In the listing below, find the line containing "#122=AXIS2_PLACEMENT_3D('',#121,#96,#97);" and the line containing "#176=LINE('',#174,#104);". Repeat exactly those two lines and every line between them, nothing more.

Content starts

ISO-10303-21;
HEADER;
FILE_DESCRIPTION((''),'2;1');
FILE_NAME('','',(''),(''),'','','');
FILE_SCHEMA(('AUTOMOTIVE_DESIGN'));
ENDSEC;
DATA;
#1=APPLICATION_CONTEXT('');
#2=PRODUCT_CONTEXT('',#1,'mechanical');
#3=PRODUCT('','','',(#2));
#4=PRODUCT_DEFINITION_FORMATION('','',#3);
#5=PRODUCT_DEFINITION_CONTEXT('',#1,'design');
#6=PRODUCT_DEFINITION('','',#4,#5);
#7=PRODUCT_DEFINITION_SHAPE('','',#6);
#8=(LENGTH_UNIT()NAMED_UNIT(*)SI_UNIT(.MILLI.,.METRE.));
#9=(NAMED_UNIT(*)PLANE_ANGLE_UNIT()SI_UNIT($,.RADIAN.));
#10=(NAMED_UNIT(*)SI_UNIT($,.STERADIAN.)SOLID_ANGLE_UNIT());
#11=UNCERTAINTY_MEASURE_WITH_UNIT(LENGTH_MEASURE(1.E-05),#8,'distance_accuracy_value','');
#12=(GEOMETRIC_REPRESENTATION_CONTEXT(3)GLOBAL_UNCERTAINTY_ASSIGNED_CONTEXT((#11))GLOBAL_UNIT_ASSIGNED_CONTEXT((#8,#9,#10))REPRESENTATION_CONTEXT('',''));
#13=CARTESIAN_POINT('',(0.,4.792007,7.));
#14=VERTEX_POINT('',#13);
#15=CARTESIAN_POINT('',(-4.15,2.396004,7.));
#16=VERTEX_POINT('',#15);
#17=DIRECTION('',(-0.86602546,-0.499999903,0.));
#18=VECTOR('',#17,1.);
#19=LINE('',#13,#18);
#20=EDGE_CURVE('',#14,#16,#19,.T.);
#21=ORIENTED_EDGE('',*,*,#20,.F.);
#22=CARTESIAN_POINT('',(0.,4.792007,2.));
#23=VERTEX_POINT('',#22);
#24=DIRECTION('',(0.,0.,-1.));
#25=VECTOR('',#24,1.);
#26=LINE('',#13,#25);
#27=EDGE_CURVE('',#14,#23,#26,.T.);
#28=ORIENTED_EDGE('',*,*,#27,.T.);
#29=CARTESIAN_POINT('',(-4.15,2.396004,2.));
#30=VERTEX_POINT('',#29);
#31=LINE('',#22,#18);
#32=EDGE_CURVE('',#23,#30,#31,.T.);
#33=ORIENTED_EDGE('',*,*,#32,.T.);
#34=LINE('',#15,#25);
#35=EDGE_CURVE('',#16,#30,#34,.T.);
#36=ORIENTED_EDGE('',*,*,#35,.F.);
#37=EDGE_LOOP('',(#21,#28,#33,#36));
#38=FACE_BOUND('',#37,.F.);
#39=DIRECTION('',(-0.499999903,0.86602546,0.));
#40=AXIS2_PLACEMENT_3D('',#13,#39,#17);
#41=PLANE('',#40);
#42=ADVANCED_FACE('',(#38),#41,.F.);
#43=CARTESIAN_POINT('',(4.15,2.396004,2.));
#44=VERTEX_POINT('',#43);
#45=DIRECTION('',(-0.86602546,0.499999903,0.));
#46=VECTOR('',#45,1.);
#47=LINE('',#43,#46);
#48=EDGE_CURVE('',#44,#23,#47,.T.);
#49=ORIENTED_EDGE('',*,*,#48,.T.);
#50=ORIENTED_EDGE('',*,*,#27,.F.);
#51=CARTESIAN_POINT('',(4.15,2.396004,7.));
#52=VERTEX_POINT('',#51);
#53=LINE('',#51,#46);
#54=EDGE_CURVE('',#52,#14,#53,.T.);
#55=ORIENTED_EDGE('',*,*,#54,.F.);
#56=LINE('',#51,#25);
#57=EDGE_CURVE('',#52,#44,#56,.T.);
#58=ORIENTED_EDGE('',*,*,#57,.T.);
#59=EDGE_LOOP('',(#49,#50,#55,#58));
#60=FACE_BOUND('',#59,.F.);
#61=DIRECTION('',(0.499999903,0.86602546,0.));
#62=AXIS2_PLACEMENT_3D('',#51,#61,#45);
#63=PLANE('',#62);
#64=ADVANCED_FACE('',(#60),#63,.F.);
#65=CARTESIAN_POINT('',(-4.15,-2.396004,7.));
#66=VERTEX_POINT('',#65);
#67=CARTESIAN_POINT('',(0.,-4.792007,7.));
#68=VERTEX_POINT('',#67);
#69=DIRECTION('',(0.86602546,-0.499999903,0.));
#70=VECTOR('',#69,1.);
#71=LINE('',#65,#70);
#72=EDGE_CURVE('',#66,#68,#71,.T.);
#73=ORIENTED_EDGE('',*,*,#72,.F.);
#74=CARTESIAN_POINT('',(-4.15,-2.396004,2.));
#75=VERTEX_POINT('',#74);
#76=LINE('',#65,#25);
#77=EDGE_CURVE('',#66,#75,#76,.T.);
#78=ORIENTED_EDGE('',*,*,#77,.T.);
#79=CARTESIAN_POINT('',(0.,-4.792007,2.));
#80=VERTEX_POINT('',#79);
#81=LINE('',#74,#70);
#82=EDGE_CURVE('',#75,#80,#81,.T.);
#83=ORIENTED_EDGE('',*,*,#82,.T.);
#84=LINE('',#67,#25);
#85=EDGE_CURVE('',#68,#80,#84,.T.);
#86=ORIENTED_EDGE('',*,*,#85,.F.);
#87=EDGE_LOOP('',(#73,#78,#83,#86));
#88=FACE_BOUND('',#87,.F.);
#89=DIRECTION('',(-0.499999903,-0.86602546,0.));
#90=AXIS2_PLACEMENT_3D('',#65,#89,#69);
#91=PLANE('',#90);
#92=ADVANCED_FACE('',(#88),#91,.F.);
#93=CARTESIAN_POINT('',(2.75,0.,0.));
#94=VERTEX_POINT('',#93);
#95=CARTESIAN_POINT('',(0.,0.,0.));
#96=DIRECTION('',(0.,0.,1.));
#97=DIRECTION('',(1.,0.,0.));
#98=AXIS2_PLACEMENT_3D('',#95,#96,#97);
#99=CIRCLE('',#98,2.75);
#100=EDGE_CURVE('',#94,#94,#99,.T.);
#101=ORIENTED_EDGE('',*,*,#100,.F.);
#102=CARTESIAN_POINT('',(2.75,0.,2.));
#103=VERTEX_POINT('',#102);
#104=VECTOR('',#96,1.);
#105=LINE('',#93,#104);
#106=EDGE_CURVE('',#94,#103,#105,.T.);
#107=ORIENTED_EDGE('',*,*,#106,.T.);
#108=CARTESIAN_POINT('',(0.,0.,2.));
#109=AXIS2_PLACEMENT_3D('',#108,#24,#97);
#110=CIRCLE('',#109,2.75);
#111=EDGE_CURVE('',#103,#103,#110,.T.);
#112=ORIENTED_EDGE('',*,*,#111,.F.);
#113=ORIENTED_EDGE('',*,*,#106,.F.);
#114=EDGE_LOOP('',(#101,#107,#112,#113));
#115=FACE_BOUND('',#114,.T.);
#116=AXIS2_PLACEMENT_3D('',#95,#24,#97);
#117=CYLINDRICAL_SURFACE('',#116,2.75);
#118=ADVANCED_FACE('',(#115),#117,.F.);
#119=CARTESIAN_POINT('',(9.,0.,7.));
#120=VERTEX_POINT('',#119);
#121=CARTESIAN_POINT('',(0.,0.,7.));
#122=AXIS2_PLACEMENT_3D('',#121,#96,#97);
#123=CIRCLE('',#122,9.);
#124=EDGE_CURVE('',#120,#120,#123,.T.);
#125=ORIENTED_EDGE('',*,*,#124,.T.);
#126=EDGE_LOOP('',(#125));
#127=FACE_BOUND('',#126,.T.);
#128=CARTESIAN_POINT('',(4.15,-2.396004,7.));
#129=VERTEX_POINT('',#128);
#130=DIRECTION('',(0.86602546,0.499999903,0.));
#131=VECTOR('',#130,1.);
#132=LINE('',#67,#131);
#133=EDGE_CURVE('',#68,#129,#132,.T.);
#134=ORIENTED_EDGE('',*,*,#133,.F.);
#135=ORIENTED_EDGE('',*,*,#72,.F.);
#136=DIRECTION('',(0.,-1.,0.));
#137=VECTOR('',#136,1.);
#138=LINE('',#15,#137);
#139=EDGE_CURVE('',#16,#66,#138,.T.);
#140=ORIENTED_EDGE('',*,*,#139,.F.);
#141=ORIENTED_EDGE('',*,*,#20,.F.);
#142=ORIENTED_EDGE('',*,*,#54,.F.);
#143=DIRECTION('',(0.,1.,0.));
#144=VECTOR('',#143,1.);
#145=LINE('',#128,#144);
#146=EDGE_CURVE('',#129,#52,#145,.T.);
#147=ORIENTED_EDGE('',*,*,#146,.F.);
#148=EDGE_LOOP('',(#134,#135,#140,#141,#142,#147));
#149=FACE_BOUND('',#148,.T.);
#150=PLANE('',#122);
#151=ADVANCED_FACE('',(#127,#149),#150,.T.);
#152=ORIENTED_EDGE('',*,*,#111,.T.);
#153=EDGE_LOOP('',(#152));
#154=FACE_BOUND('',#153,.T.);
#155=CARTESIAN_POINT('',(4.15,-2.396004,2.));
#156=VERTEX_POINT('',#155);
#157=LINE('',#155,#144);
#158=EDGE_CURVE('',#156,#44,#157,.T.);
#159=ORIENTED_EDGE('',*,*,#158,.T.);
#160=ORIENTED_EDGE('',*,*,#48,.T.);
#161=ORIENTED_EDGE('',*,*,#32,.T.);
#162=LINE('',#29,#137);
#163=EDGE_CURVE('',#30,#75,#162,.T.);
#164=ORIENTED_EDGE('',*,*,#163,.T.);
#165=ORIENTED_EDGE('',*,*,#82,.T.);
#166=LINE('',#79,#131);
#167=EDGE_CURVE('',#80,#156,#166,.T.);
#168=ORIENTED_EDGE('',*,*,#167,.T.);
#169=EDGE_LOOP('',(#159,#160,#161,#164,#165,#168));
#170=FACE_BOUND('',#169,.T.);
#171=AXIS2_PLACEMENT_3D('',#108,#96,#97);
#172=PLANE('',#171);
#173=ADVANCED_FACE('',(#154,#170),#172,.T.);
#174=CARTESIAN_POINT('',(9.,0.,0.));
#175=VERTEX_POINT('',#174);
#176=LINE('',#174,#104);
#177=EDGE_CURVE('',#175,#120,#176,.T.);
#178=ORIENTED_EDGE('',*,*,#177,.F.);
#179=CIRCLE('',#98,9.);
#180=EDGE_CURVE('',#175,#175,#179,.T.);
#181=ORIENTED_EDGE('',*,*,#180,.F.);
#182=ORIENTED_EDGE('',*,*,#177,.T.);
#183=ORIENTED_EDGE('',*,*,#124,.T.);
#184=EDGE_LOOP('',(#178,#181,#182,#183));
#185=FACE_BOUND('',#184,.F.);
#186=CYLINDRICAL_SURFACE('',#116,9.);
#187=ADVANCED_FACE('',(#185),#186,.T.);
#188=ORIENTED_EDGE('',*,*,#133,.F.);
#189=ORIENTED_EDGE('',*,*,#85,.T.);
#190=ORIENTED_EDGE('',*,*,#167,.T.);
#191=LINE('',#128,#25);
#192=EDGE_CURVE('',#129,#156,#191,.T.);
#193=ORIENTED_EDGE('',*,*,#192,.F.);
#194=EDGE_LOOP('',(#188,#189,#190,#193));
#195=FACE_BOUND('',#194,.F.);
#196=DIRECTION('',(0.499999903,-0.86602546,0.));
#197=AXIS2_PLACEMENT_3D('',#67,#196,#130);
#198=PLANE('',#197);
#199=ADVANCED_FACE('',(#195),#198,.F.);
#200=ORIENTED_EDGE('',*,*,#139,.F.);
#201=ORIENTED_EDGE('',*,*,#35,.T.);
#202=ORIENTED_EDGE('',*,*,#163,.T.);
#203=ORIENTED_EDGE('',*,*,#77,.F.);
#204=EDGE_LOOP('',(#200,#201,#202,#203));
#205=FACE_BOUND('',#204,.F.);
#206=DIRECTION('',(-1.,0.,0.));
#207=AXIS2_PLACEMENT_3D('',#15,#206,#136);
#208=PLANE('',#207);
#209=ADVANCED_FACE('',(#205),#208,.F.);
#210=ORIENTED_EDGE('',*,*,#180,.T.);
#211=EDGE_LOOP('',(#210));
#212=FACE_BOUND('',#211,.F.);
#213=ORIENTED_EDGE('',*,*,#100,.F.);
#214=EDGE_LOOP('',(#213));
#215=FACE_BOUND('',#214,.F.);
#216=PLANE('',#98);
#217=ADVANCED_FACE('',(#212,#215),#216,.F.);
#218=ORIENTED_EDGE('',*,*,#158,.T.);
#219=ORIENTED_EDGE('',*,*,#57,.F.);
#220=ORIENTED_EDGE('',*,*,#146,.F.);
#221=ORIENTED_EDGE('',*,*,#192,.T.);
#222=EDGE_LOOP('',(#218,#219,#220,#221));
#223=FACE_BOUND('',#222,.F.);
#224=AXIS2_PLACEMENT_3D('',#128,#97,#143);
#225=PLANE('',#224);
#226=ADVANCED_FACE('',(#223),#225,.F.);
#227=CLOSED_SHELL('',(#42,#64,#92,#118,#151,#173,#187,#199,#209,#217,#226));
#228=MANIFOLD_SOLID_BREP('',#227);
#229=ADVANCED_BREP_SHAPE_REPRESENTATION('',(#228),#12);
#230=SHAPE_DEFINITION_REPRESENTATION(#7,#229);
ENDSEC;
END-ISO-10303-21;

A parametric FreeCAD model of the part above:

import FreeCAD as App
import Part
import Sketcher
Q = App.Units.Quantity

doc = App.newDocument("Part")
body = doc.addObject("PartDesign::Body", "Body")

# Sketch on XY plane
sketch1 = doc.addObject("Sketcher::SketchObject", "Sketch")
body.addObject(sketch1)
sketch1.AttachmentSupport = (doc.XY_Plane, [""])
sketch1.MapMode = "FlatFace"
sketch1.addGeometry(Part.Circle(App.Vector(0, 0, 0), App.Vector(0, 0, 1), 9), False)
sketch1.addGeometry(Part.Circle(App.Vector(0, 0, 0), App.Vector(0, 0, 1), 2.8), False)
sketch1.addConstraint(Sketcher.Constraint("Coincident", 0, 3, -1, 1))
sketch1.addConstraint(Sketcher.Constraint("Coincident", 1, 3, -1, 1))
sketch1.addConstraint(Sketcher.Constraint("Diameter", 0, Q("18 mm")))
sketch1.addConstraint(Sketcher.Constraint("Diameter", 1, Q("5.5 mm")))
pad1 = doc.addObject("PartDesign::Pad", "Pad")
body.addObject(pad1)
pad1.Profile = sketch1
pad1.Length = 7

# Sketch on XY plane
sketch2 = doc.addObject("Sketcher::SketchObject", "Sketch001")
body.addObject(sketch2)
sketch2.AttachmentSupport = (doc.XY_Plane, [""])
sketch2.MapMode = "FlatFace"
sketch2.AttachmentOffset = App.Placement(App.Vector(0, 0, 7), App.Rotation())
sketch2.addGeometry(Part.LineSegment(App.Vector(-4.2, 2.4, 0), App.Vector(-4.2, -2.4, 0)), False)
sketch2.addGeometry(Part.LineSegment(App.Vector(-4.2, -2.4, 0), App.Vector(0, -4.8, 0)), False)
sketch2.addGeometry(Part.LineSegment(App.Vector(0, -4.8, 0), App.Vector(4.2, -2.4, 0)), False)
sketch2.addGeometry(Part.LineSegment(App.Vector(4.2, -2.4, 0), App.Vector(4.2, 2.4, 0)), False)
sketch2.addGeometry(Part.LineSegment(App.Vector(4.2, 2.4, 0), App.Vector(0, 4.8, 0)), False)
sketch2.addGeometry(Part.LineSegment(App.Vector(0, 4.8, 0), App.Vector(-4.2, 2.4, 0)), False)
sketch2.addConstraint(Sketcher.Constraint("Coincident", 0, 2, 1, 1))
sketch2.addConstraint(Sketcher.Constraint("Coincident", 1, 2, 2, 1))
sketch2.addConstraint(Sketcher.Constraint("Coincident", 2, 2, 3, 1))
sketch2.addConstraint(Sketcher.Constraint("Coincident", 3, 2, 4, 1))
sketch2.addConstraint(Sketcher.Constraint("Coincident", 4, 2, 5, 1))
sketch2.addConstraint(Sketcher.Constraint("Coincident", 5, 2, 0, 1))
sketch2.addConstraint(Sketcher.Constraint("Vertical", 0))
sketch2.addConstraint(Sketcher.Constraint("Vertical", 3))
sketch2.addConstraint(Sketcher.Constraint("Symmetric", 0, 2, 3, 2, -1, 1))
sketch2.addConstraint(Sketcher.Constraint("Symmetric", 1, 2, 4, 2, -1, 1))
sketch2.addConstraint(Sketcher.Constraint("PointOnObject", 1, 2, -2))
sketch2.addConstraint(Sketcher.Constraint("Parallel", 2, 5))
sketch2.addConstraint(Sketcher.Constraint("Horizontal", 0, 2, 2, 2))
sketch2.addConstraint(Sketcher.Constraint("Angle", 1, Q("-29.999994 deg")))
sketch2.addConstraint(Sketcher.Constraint("DistanceX", 0, 2, 2, 2, Q("8.3 mm")))
sketch2.addConstraint(Sketcher.Constraint("DistanceY", 0, 2, 0, 1, Q("4.792008 mm")))
pocket1 = doc.addObject("PartDesign::Pocket", "Pocket")
body.addObject(pocket1)
pocket1.Profile = sketch2
pocket1.Length = 5

doc.recompute()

Content ends

**Problem solution**
#122=AXIS2_PLACEMENT_3D('',#121,#96,#97);
#123=CIRCLE('',#122,9.);
#124=EDGE_CURVE('',#120,#120,#123,.T.);
#125=ORIENTED_EDGE('',*,*,#124,.T.);
#126=EDGE_LOOP('',(#125));
#127=FACE_BOUND('',#126,.T.);
#128=CARTESIAN_POINT('',(4.15,-2.396004,7.));
#129=VERTEX_POINT('',#128);
#130=DIRECTION('',(0.86602546,0.499999903,0.));
#131=VECTOR('',#130,1.);
#132=LINE('',#67,#131);
#133=EDGE_CURVE('',#68,#129,#132,.T.);
#134=ORIENTED_EDGE('',*,*,#133,.F.);
#135=ORIENTED_EDGE('',*,*,#72,.F.);
#136=DIRECTION('',(0.,-1.,0.));
#137=VECTOR('',#136,1.);
#138=LINE('',#15,#137);
#139=EDGE_CURVE('',#16,#66,#138,.T.);
#140=ORIENTED_EDGE('',*,*,#139,.F.);
#141=ORIENTED_EDGE('',*,*,#20,.F.);
#142=ORIENTED_EDGE('',*,*,#54,.F.);
#143=DIRECTION('',(0.,1.,0.));
#144=VECTOR('',#143,1.);
#145=LINE('',#128,#144);
#146=EDGE_CURVE('',#129,#52,#145,.T.);
#147=ORIENTED_EDGE('',*,*,#146,.F.);
#148=EDGE_LOOP('',(#134,#135,#140,#141,#142,#147));
#149=FACE_BOUND('',#148,.T.);
#150=PLANE('',#122);
#151=ADVANCED_FACE('',(#127,#149),#150,.T.);
#152=ORIENTED_EDGE('',*,*,#111,.T.);
#153=EDGE_LOOP('',(#152));
#154=FACE_BOUND('',#153,.T.);
#155=CARTESIAN_POINT('',(4.15,-2.396004,2.));
#156=VERTEX_POINT('',#155);
#157=LINE('',#155,#144);
#158=EDGE_CURVE('',#156,#44,#157,.T.);
#159=ORIENTED_EDGE('',*,*,#158,.T.);
#160=ORIENTED_EDGE('',*,*,#48,.T.);
#161=ORIENTED_EDGE('',*,*,#32,.T.);
#162=LINE('',#29,#137);
#163=EDGE_CURVE('',#30,#75,#162,.T.);
#164=ORIENTED_EDGE('',*,*,#163,.T.);
#165=ORIENTED_EDGE('',*,*,#82,.T.);
#166=LINE('',#79,#131);
#167=EDGE_CURVE('',#80,#156,#166,.T.);
#168=ORIENTED_EDGE('',*,*,#167,.T.);
#169=EDGE_LOOP('',(#159,#160,#161,#164,#165,#168));
#170=FACE_BOUND('',#169,.T.);
#171=AXIS2_PLACEMENT_3D('',#108,#96,#97);
#172=PLANE('',#171);
#173=ADVANCED_FACE('',(#154,#170),#172,.T.);
#174=CARTESIAN_POINT('',(9.,0.,0.));
#175=VERTEX_POINT('',#174);
#176=LINE('',#174,#104);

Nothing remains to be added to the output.